The FSB Seeks Expanded Data Retention Rules for Online Platforms
The Federal Security Service, known as the FSB, is pursuing fresh requirements that would compel Internet companies to retain data about payments and the geographic origins of their users. This development, reported by Interfax, is viewed as a move to tighten oversight in the digital space. The plan targets services registered with the organizers of information dissemination, signaling a broad approach that could extend beyond traditional data retention rules. Specifically, the FSB intends to amend existing regulations by adding clauses that mandate storing location data and information about payment instruments used by users. Officials describe these proposed changes as part of an effort to standardize how online platforms handle sensitive operational data and to ensure easier access for law enforcement when necessary [Interfax].
Officials argue that the absence of a binding legal obligation to retain and disclose such information creates ambiguous enforcement practices and can undermine investigative effectiveness. The government’s position, expressed through the press service, is that clearer rules would enable authorities to respond more rapidly to potential security threats and to investigate incidents with greater precision. In this context, the proposal is framed as a move toward greater transparency and consistency in how data is processed and retained for security purposes [State media briefings].
In related developments, authorities noted changes to how biometric data is handled within the Unified Biometric System. Citizens will eventually be able to submit and withdraw consents for the processing of their biometric information and to view details of those consents in their personal accounts on the State Services portal.
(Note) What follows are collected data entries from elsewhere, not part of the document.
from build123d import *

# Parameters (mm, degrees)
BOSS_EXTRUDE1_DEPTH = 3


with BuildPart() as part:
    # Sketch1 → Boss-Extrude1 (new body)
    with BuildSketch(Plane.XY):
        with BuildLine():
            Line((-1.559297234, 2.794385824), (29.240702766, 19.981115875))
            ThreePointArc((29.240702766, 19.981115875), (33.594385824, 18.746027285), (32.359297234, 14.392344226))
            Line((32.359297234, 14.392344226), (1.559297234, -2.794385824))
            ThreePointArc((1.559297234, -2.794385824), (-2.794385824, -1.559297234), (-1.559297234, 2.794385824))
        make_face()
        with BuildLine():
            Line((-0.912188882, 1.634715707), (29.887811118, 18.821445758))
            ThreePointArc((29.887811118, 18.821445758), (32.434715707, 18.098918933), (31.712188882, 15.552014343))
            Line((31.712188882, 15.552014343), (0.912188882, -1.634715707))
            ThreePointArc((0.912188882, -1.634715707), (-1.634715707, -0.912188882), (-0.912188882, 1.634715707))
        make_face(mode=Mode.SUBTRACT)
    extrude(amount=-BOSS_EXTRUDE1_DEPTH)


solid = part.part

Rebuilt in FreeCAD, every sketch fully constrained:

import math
import FreeCAD as App
import Part
import Sketcher
Q = App.Units.Quantity

doc = App.newDocument("Part")
body = doc.addObject("PartDesign::Body", "Body")

# Sketch on XY plane
sketch1 = body.newObject("Sketcher::SketchObject", "Sketch")
sketch1.AttachmentSupport = (doc.getObject("XY_Plane"), [""])
sketch1.MapMode = "FlatFace"
sketch1.addGeometry(Part.LineSegment(App.Vector(29.2, 20, 0), App.Vector(-1.6, 2.8, 0)), False)
sketch1.addGeometry(Part.ArcOfCircle(Part.Circle(App.Vector(0, 0, 0), App.Vector(0, 0, 1), 3.2), math.radians(119), math.radians(299)), False)
sketch1.addGeometry(Part.LineSegment(App.Vector(1.6, -2.8, 0), App.Vector(32.4, 14.4, 0)), False)
sketch1.addGeometry(Part.ArcOfCircle(Part.Circle(App.Vector(30.8, 17.2, 0), App.Vector(0, 0, 1), 3.2), math.radians(-61), math.radians(119)), False)
sketch1.addGeometry(Part.LineSegment(App.Vector(-0.9, 1.6, 0), App.Vector(29.9, 18.8, 0)), False)
sketch1.addGeometry(Part.ArcOfCircle(Part.Circle(App.Vector(30.8, 17.2, 0), App.Vector(0, 0, 1), 1.9), math.radians(-61), math.radians(119)), False)
sketch1.addGeometry(Part.LineSegment(App.Vector(31.7, 15.6, 0), App.Vector(0.9, -1.6, 0)), False)
sketch1.addGeometry(Part.ArcOfCircle(Part.Circle(App.Vector(0, 0, 0), App.Vector(0, 0, 1), 1.9), math.radians(119), math.radians(299)), False)
sketch1.addConstraint(Sketcher.Constraint("Tangent", 0, 2, 1, 1))
sketch1.addConstraint(Sketcher.Constraint("Tangent", 1, 2, 2, 1))
sketch1.addConstraint(Sketcher.Constraint("Tangent", 2, 2, 3, 1))
sketch1.addConstraint(Sketcher.Constraint("Tangent", 3, 2, 0, 1))
sketch1.addConstraint(Sketcher.Constraint("Tangent", 4, 2, 5, 2))
sketch1.addConstraint(Sketcher.Constraint("Tangent", 5, 1, 6, 1))
sketch1.addConstraint(Sketcher.Constraint("Tangent", 6, 2, 7, 2))
sketch1.addConstraint(Sketcher.Constraint("Tangent", 7, 1, 4, 1))
sketch1.addConstraint(Sketcher.Constraint("Coincident", 1, 3, -1, 1))
sketch1.addConstraint(Sketcher.Constraint("Coincident", 7, 3, -1, 1))
sketch1.addConstraint(Sketcher.Constraint("Coincident", 5, 3, 3, 3))
sketch1.addConstraint(Sketcher.Constraint("Equal", 1, 3))
sketch1.addConstraint(Sketcher.Constraint("Equal", 5, 7))
sketch1.addConstraint(Sketcher.Constraint("Radius", 1, Q("3.2 mm")))
sketch1.addConstraint(Sketcher.Constraint("Radius", 5, Q("1.872 mm")))
sketch1.addConstraint(Sketcher.Constraint("DistanceX", -1, 1, 3, 3, Q("30.8 mm")))
sketch1.addConstraint(Sketcher.Constraint("DistanceY", 2, 2, 4, 2, Q("4.429102 mm")))
pad1 = body.newObject("PartDesign::Pad", "Pad")
pad1.Profile = sketch1
pad1.Length = 3
pad1.Reversed = True

doc.recompute()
This aspect of the plan highlights a broader push toward user-controlled visibility and management of biometric data, aligning with ongoing reforms intended to harmonize personal data practices across government services [State Services portal announcements].
Historically, Roskomnadzor has emphasized responsibility for ensuring that platforms comply with local legal requirements regarding content. In a notable development related to platform governance, the authorities have reiterated that failure to delete prohibited information can attract accountability for service providers. The evolving regulatory framework reflects a broader strategy to regulate information dissemination online while balancing public safety concerns with individual rights and the operational needs of security agencies [Roskomnadzor guidance].
Analysts observing the regulatory trajectory note that the evolving rules aim to create clearer expectations for platforms and to reduce loopholes that may impede rapid law enforcement action. The emphasis on geographic data, payment instrument details, and biometric consent marks a new layer in the ongoing dialogue about data sovereignty, user privacy, and the responsibilities of global internet services operating under jurisdictional laws. As the debate continues, stakeholders from technology, civil society, and government are closely watching how these measures will be implemented, enforced, and validated across different service categories and user demographics [expert commentary and official briefings].